If the above-covered release, at only 30 minutes in length, was a concise tiny gem, then this 105-minute album is an expansive outer stellar drift. This is the second instalment of the appropriately titled Stasis Sounds For Long-Distance Space Travel, which first appeared back in 2020 [read this review] as is foreshadowed [and yet still, above expectations], Dennis Huddleston and Zach Frizzell, who record under their 36 and zakè monikers respectively, offer us a gorgeous soundtrack for an interplanetary voyage, even if that journey is within. Albeit the vinyl, which has already sold out as a Deep Space Blue and Red Magmasphere pressings, but is still available in a Gold Cosmos edition, features the six additional stages (to the first four offered up on the initial volume), for me, the cruise-controlled excursion sets into motion only at track seven. This is where, in a horizontal position, after the barely audible hypnotic clock-ticking dies down, I am finally at peace and prepared for the arrival. Here and now, long, wafting, splayed synth pads drone out with deep-breathing bass, sprinkled textures, and fully-immersive ambient atmospheres. I have indeed used this music for my afternoon naps [or long-distance travels, as I prefer to refer to them] and can attest to its opiate properties, which can be soothing and pensive, intriguing and calm. “Mission Control requested additional sound artefacts for all travellers that commenced their maiden voyage. Eighteen chapters of aural anaesthetics were dispatched to the travelling vessel. The mission was successful, the travellers received the transmission and can continue their journey through the outer reaches of space in hypersleep.

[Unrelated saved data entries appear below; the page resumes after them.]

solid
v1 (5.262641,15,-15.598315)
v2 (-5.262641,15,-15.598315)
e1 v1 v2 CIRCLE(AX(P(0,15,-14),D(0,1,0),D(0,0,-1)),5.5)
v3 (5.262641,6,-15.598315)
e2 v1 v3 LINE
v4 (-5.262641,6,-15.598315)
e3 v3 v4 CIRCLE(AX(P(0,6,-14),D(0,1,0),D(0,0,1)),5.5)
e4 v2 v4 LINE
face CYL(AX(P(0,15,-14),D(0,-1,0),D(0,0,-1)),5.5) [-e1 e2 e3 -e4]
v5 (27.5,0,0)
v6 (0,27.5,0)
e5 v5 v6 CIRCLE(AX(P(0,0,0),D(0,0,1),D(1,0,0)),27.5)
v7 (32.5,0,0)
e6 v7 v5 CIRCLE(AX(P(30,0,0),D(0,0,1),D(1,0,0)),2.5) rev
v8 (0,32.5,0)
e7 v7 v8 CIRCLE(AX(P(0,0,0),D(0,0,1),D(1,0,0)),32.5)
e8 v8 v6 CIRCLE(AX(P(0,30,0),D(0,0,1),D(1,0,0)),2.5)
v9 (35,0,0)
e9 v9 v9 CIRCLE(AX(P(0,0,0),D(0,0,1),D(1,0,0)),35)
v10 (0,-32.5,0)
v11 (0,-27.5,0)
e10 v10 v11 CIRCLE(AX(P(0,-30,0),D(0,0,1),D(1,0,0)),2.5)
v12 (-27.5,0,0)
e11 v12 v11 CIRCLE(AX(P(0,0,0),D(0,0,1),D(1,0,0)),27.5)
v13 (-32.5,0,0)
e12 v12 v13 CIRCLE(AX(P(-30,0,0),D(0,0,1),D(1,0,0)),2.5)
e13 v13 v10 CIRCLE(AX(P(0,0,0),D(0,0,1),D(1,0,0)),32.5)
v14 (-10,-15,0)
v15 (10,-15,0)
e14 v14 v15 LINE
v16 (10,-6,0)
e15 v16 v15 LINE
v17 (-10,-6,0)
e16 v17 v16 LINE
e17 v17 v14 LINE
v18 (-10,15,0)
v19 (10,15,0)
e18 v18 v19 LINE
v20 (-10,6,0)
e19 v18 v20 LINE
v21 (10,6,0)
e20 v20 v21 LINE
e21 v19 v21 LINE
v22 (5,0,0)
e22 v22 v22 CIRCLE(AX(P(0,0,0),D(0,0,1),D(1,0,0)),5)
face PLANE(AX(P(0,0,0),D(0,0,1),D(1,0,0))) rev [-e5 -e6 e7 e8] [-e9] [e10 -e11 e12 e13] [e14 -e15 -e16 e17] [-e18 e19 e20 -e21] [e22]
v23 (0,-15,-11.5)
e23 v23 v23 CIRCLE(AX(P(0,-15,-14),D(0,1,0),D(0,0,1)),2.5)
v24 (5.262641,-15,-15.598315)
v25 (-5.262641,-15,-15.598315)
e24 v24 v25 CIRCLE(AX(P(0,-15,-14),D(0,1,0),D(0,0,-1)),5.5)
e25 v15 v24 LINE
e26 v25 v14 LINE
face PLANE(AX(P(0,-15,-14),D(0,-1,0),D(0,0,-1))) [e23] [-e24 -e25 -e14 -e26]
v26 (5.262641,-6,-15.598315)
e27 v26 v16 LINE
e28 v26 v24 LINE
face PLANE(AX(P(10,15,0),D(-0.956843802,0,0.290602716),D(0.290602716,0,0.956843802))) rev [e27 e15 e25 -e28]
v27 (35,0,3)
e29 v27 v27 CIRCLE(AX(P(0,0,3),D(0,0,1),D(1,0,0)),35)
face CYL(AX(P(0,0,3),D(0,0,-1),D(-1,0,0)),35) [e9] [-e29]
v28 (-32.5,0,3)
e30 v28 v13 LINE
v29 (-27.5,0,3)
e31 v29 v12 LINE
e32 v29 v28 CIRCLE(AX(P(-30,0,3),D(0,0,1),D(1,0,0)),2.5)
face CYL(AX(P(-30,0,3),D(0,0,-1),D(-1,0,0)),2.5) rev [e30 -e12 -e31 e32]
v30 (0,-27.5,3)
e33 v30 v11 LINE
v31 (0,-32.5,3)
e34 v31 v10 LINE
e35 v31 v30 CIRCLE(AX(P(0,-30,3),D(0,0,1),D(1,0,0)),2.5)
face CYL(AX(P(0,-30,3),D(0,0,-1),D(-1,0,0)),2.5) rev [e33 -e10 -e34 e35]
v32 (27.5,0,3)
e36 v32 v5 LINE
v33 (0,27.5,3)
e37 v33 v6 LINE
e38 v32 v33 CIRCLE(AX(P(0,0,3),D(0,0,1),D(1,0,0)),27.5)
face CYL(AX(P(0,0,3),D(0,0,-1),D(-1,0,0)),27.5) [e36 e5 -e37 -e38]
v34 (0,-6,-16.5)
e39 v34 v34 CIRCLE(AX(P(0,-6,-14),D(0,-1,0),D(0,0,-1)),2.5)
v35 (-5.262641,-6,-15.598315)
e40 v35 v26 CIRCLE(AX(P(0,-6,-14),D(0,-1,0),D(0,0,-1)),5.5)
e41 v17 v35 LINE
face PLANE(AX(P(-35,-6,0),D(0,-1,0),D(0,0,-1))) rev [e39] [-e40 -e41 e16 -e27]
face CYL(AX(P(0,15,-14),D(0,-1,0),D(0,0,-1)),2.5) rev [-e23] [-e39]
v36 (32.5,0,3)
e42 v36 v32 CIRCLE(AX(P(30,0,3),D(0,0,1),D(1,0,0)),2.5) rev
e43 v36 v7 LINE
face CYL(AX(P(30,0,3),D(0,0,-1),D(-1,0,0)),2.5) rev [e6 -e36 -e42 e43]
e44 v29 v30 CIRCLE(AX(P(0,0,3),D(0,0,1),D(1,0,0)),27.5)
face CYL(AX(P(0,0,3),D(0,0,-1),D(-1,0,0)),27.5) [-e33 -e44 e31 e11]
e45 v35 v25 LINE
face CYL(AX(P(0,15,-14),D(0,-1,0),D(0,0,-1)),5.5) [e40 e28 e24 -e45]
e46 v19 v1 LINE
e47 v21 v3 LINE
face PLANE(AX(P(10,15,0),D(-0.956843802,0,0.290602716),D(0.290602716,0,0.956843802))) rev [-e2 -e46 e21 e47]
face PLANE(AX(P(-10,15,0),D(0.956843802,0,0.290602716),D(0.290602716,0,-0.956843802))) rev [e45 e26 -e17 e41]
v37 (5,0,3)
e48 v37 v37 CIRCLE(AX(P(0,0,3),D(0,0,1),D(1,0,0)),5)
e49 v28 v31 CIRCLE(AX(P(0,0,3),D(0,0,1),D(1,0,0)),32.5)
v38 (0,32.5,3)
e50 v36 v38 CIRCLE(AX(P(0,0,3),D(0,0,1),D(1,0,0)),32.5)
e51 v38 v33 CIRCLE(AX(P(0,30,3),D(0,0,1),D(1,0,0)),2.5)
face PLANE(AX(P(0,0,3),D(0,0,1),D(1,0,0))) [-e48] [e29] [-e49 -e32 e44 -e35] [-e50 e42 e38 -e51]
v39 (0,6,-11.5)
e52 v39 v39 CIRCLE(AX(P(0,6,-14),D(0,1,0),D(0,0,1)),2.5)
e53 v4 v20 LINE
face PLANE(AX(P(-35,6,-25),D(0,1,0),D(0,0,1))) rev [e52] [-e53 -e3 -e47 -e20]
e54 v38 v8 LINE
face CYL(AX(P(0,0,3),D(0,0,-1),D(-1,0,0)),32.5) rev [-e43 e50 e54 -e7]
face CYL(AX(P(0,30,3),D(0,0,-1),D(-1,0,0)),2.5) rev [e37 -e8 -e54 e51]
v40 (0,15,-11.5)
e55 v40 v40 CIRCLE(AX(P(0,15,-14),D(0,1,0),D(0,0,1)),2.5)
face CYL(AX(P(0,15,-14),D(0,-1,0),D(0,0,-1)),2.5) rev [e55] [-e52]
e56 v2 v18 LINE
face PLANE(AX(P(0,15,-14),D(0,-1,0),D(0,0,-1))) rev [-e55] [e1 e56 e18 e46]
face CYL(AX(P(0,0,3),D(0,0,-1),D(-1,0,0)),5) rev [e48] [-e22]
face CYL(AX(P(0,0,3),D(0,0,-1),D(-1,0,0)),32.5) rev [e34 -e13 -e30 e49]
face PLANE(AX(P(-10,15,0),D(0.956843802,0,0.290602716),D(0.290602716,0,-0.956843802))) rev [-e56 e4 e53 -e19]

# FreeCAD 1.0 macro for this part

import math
import FreeCAD as App
import Part
import Sketcher
Q = App.Units.Quantity

doc = App.newDocument("Part")
params = doc.addObject("Spreadsheet::Sheet", "Params")
for row, (alias, value) in enumerate([
    ("sketch1_diameter", "5 mm"),
    ("sketch1_radius", "5.5 mm"),
    ("sketch1_width", "20 mm"),
    ("pad1_length", "30 mm"),
    ("sketch2_diameter", "70 mm"),
    ("sketch2_diameter2", "10 mm"),
    ("sketch2_radius", "27.5 mm"),
    ("sketch2_radius2", "2.5 mm"),
    ("pad2_length", "3 mm"),
    ("sketch3_width", "12 mm"),
    ("sketch3_height", "25 mm"),
], start=1):
    params.set(f"A{row}", alias)
    params.set(f"B{row}", "=" + value)
    params.setAlias(f"B{row}", alias)

body = doc.addObject("PartDesign::Body", "Body")

sketch1 = doc.addObject("Sketcher::SketchObject", "Sketch")
body.addObject(sketch1)
sketch1.AttachmentSupport = (doc.XZ_Plane, [""])
sketch1.MapMode = "FlatFace"
sketch1.addGeometry(Part.LineSegment(App.Vector(-10, 0, 0), App.Vector(10, 0, 0)), False)
sketch1.addGeometry(Part.LineSegment(App.Vector(10, 0, 0), App.Vector(5.3, -15.6, 0)), False)
sketch1.addGeometry(Part.ArcOfCircle(Part.Circle(App.Vector(0, -14, 0), App.Vector(0, 0, 1), 5.5), math.radians(-163), math.radians(-17)), False)
sketch1.addGeometry(Part.LineSegment(App.Vector(-5.3, -15.6, 0), App.Vector(-10, 0, 0)), False)
sketch1.addGeometry(Part.Circle(App.Vector(0, -14, 0), App.Vector(0, 0, 1), 2.5), False)
sketch1.addConstraint(Sketcher.Constraint("Coincident", 0, 2, 1, 1))
sketch1.addConstraint(Sketcher.Constraint("Tangent", 1, 2, 2, 2))
sketch1.addConstraint(Sketcher.Constraint("Tangent", 2, 1, 3, 1))
sketch1.addConstraint(Sketcher.Constraint("Coincident", 3, 2, 0, 1))
sketch1.addConstraint(Sketcher.Constraint("Horizontal", 0))
sketch1.addConstraint(Sketcher.Constraint("Coincident", 4, 3, 2, 3))
sketch1.addConstraint(Sketcher.Constraint("Symmetric", 0, 2, 3, 2, -1, 1))
sketch1.addConstraint(Sketcher.Constraint("PointOnObject", 2, 3, -2))
sketch1.addConstraint(Sketcher.Constraint("Diameter", 4, Q("5 mm")))
sketch1.addConstraint(Sketcher.Constraint("Radius", 2, Q("5.5 mm")))
sketch1.addConstraint(Sketcher.Constraint("DistanceX", 0, 1, 0, 2, Q("20 mm")))
sketch1.addConstraint(Sketcher.Constraint("DistanceY", 2, 3, -1, 1, Q("14 mm")))
sketch1.setExpression("Constraints[8]", "Params.sketch1_diameter")
sketch1.setExpression("Constraints[9]", "Params.sketch1_radius")
sketch1.setExpression("Constraints[10]", "Params.sketch1_width")
pad1 = doc.addObject("PartDesign::Pad", "Pad")
body.addObject(pad1)
pad1.Profile = sketch1
pad1.setExpression("Length", "Params.pad1_length")
pad1.Midplane = True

These tracks are now declassified and available for public listening.” An absolute treasure of modern-day ambience, and I am only hopeful that the duo will continue leading us through vast outer space. Now out on Past Inside the Present [which is run and curated by Frizzell himself], an independent American label, which has really inspired and awed. Expect more surprises, announced very soon!